### WORK INSTRUCTION
Nothing but the lines from the start of the entries through the line containing "with BuildPart() as" should appear in the answer, each given exactly.

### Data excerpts
————————

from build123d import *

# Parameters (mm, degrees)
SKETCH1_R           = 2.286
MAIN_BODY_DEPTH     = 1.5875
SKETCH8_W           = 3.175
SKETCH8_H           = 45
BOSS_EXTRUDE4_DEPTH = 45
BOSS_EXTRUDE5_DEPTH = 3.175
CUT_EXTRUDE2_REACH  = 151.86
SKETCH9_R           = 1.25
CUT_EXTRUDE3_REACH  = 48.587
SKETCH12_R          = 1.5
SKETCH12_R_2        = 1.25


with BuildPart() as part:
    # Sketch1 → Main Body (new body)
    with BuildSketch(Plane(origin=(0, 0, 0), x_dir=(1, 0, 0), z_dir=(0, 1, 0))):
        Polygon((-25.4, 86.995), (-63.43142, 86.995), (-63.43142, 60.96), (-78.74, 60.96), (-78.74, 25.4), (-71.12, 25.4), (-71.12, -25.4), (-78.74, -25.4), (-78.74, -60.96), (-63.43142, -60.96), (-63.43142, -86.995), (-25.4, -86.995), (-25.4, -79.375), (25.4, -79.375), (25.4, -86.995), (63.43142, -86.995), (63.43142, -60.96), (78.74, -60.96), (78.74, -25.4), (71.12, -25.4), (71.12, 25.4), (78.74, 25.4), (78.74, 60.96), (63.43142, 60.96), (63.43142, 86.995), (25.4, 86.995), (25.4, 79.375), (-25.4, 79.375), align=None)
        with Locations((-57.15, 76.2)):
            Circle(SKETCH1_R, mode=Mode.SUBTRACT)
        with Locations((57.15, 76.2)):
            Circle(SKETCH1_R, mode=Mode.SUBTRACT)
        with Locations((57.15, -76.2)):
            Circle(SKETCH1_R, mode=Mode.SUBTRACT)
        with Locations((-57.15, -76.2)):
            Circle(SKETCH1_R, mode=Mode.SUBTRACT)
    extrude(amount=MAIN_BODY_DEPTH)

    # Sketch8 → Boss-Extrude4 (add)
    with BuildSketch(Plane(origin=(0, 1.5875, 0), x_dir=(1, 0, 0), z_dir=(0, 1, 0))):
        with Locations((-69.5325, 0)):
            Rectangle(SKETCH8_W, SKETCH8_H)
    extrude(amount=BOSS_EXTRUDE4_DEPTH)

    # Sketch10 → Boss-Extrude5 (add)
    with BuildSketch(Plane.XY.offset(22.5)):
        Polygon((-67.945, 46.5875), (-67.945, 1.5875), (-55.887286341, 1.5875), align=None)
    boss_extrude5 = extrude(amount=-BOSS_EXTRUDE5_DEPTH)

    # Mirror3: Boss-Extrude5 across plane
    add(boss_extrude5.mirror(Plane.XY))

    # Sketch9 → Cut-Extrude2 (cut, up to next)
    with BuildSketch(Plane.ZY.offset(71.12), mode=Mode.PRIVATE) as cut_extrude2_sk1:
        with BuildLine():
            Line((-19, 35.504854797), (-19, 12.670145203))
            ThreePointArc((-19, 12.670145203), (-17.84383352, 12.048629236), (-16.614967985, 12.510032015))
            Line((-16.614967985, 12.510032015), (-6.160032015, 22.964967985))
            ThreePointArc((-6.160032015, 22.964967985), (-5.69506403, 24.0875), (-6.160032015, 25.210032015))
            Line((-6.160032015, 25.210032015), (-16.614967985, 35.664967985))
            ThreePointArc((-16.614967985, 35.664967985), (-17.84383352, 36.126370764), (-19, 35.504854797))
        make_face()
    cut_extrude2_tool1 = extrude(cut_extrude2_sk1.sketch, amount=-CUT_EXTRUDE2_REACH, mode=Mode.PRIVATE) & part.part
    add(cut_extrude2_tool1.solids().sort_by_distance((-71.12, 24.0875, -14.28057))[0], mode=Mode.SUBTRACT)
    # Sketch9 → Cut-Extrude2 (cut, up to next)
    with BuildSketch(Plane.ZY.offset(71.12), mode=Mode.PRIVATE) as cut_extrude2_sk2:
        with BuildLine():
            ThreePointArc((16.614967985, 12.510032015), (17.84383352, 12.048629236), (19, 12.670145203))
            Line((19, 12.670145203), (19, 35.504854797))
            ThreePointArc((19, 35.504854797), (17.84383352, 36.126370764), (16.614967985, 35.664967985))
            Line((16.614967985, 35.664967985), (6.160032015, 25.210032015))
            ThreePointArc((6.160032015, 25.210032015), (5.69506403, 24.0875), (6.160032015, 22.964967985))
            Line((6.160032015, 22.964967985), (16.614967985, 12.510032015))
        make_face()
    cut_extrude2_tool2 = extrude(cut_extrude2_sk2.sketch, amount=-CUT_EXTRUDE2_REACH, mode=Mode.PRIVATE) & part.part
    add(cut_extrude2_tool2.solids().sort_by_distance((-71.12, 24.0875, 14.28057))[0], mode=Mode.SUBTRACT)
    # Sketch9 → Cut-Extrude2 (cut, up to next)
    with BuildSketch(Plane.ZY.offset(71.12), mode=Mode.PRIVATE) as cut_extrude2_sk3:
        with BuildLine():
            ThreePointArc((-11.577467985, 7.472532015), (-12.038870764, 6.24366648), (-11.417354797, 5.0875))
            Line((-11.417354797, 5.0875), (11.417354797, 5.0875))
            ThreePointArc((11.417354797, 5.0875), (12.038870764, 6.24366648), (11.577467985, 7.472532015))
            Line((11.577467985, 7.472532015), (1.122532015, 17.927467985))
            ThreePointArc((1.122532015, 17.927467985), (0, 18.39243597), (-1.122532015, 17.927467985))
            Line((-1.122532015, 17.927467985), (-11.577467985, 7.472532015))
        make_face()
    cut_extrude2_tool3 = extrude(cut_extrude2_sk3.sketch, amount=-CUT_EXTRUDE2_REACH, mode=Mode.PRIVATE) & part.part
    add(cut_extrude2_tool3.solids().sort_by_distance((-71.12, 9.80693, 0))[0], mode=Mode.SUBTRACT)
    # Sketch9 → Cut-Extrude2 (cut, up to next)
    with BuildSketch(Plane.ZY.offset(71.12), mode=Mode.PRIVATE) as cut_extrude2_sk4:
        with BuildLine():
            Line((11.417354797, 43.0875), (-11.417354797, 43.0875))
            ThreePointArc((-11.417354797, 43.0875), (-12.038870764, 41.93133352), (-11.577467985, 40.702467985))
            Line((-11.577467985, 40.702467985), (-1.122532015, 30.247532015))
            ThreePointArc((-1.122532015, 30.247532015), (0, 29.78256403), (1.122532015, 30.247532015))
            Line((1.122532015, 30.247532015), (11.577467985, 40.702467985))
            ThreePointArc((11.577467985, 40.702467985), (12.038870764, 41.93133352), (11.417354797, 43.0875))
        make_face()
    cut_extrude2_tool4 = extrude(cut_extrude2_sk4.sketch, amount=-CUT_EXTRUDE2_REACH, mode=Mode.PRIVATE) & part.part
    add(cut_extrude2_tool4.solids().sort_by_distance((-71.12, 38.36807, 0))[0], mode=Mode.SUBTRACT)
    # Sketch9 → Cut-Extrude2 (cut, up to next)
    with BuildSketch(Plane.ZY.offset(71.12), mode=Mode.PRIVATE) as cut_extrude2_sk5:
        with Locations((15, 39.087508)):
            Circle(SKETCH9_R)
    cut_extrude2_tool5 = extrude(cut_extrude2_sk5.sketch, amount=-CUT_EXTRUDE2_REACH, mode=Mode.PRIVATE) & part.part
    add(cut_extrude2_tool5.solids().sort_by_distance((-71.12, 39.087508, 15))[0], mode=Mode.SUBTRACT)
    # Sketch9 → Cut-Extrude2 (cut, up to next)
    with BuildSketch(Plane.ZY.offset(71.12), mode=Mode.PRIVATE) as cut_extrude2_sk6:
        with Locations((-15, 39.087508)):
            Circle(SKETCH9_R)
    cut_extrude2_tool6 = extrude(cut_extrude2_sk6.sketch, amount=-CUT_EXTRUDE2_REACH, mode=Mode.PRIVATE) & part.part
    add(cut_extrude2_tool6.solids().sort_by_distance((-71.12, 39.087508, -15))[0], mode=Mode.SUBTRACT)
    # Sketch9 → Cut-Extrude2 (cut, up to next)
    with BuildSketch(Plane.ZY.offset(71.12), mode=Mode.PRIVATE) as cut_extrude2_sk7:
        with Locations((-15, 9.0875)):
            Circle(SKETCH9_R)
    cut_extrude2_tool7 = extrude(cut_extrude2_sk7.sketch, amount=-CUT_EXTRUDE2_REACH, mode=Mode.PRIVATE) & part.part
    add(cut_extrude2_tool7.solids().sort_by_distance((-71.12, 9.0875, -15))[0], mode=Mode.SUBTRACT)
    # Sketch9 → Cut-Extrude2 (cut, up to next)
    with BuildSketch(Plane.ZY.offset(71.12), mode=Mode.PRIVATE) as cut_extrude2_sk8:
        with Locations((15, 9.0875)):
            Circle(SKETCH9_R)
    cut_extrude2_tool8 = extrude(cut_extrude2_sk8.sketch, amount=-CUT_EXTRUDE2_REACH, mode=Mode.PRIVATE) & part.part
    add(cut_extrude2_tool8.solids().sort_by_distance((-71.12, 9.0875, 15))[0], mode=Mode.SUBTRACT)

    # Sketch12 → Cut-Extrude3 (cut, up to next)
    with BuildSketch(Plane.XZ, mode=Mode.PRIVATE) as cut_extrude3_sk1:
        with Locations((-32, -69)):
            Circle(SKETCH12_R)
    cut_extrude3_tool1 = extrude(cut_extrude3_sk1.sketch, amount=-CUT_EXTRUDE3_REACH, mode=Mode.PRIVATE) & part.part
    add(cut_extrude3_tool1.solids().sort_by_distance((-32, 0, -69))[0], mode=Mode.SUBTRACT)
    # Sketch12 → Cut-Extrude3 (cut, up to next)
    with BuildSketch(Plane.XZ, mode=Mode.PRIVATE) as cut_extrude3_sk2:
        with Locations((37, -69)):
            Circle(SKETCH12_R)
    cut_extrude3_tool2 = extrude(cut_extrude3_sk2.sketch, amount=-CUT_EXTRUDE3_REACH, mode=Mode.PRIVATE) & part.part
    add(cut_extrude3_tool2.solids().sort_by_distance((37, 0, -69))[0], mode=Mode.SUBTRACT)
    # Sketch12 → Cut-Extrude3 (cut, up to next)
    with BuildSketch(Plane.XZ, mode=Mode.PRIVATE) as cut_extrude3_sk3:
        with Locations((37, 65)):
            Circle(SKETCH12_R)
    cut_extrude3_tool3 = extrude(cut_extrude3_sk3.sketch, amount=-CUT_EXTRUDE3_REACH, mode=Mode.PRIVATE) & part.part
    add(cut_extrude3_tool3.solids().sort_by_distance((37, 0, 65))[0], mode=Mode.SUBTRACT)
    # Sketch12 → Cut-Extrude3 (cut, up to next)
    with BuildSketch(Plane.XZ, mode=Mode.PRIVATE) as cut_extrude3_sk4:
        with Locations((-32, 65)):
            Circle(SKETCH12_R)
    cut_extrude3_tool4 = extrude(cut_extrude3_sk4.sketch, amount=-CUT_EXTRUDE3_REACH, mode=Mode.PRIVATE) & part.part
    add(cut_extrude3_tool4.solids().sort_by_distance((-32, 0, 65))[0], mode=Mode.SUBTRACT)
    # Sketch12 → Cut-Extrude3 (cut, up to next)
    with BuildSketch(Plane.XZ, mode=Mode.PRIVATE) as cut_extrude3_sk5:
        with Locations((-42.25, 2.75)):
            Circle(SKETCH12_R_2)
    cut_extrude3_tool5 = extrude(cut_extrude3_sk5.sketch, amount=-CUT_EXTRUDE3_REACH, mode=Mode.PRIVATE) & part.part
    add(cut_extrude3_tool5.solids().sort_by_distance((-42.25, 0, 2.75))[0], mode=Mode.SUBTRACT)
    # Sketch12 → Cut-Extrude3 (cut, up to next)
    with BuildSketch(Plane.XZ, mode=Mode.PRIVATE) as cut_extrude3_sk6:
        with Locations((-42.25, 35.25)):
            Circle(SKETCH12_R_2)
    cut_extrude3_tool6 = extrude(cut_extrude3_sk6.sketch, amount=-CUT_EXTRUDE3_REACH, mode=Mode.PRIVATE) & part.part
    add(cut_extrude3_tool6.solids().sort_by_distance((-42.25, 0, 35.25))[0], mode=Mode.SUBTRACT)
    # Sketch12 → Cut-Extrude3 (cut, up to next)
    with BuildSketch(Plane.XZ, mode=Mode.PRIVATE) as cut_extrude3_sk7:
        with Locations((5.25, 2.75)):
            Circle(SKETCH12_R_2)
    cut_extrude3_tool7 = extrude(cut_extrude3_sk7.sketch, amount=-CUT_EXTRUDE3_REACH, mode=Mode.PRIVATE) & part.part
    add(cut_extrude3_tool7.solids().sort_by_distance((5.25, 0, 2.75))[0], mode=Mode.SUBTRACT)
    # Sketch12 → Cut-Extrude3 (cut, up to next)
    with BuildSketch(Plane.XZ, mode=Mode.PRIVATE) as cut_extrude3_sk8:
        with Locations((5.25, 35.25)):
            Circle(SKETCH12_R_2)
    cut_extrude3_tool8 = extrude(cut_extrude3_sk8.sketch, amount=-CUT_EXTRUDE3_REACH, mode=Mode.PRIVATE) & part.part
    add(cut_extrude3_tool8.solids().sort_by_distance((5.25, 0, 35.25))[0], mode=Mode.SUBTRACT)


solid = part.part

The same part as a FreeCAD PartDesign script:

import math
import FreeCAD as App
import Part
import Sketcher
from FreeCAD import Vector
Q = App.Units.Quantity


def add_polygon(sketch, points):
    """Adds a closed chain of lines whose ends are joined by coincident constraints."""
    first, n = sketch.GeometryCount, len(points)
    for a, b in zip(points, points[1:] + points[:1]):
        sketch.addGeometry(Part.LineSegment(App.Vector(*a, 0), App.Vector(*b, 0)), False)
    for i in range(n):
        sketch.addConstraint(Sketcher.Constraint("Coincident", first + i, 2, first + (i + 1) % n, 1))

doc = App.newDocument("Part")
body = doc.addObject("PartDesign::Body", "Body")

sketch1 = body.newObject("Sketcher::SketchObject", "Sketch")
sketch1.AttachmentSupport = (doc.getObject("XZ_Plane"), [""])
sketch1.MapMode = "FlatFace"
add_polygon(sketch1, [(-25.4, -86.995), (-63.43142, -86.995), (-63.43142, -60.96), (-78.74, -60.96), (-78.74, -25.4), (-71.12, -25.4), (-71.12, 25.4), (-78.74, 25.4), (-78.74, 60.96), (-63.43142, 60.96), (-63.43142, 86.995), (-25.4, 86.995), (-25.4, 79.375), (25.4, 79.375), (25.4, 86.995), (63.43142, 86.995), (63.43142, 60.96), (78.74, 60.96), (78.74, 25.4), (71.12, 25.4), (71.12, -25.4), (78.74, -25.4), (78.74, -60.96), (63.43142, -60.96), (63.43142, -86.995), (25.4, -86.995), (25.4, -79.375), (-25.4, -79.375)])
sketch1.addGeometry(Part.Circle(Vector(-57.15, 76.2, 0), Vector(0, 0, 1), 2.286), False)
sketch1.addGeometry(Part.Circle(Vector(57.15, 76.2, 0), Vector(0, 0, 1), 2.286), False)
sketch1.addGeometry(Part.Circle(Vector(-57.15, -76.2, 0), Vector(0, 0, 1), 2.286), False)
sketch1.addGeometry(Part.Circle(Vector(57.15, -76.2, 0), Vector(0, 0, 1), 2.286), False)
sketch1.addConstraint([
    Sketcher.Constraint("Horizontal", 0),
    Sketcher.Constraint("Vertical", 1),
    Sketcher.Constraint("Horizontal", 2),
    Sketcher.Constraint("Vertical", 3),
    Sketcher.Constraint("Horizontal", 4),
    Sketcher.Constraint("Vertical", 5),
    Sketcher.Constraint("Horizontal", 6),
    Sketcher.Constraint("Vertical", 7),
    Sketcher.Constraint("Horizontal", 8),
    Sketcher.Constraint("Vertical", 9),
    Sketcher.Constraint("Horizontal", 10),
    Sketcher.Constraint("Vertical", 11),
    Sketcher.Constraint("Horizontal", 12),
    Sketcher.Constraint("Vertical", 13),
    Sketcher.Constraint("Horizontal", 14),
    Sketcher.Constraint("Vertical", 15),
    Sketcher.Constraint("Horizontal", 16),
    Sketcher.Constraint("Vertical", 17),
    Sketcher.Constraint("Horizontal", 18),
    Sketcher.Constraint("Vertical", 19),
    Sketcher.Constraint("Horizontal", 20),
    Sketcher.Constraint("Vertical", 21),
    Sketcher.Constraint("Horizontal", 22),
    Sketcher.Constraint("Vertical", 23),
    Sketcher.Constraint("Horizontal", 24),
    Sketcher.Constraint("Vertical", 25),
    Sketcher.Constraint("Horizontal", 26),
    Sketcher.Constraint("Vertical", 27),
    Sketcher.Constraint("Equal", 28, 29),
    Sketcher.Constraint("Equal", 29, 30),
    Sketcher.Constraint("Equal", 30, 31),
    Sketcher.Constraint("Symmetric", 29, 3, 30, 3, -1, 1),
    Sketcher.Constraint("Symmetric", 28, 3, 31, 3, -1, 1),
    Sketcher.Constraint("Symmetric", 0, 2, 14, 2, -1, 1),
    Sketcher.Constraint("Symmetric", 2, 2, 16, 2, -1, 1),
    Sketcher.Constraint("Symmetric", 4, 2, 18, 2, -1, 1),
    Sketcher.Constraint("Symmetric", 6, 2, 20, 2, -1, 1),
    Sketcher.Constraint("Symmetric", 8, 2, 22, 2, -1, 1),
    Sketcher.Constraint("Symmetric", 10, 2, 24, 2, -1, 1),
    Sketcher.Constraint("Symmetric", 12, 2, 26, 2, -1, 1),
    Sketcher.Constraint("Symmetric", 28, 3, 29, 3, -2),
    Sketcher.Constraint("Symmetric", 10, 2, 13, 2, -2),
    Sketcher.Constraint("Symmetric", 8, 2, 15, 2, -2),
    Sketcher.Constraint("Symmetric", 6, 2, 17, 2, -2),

————————

### WRITTEN ANSWER
from build123d import *

# Parameters (mm, degrees)
SKETCH1_R           = 2.286
MAIN_BODY_DEPTH     = 1.5875
SKETCH8_W           = 3.175
SKETCH8_H           = 45
BOSS_EXTRUDE4_DEPTH = 45
BOSS_EXTRUDE5_DEPTH = 3.175
CUT_EXTRUDE2_REACH  = 151.86
SKETCH9_R           = 1.25
CUT_EXTRUDE3_REACH  = 48.587
SKETCH12_R          = 1.5
SKETCH12_R_2        = 1.25


with BuildPart() as part:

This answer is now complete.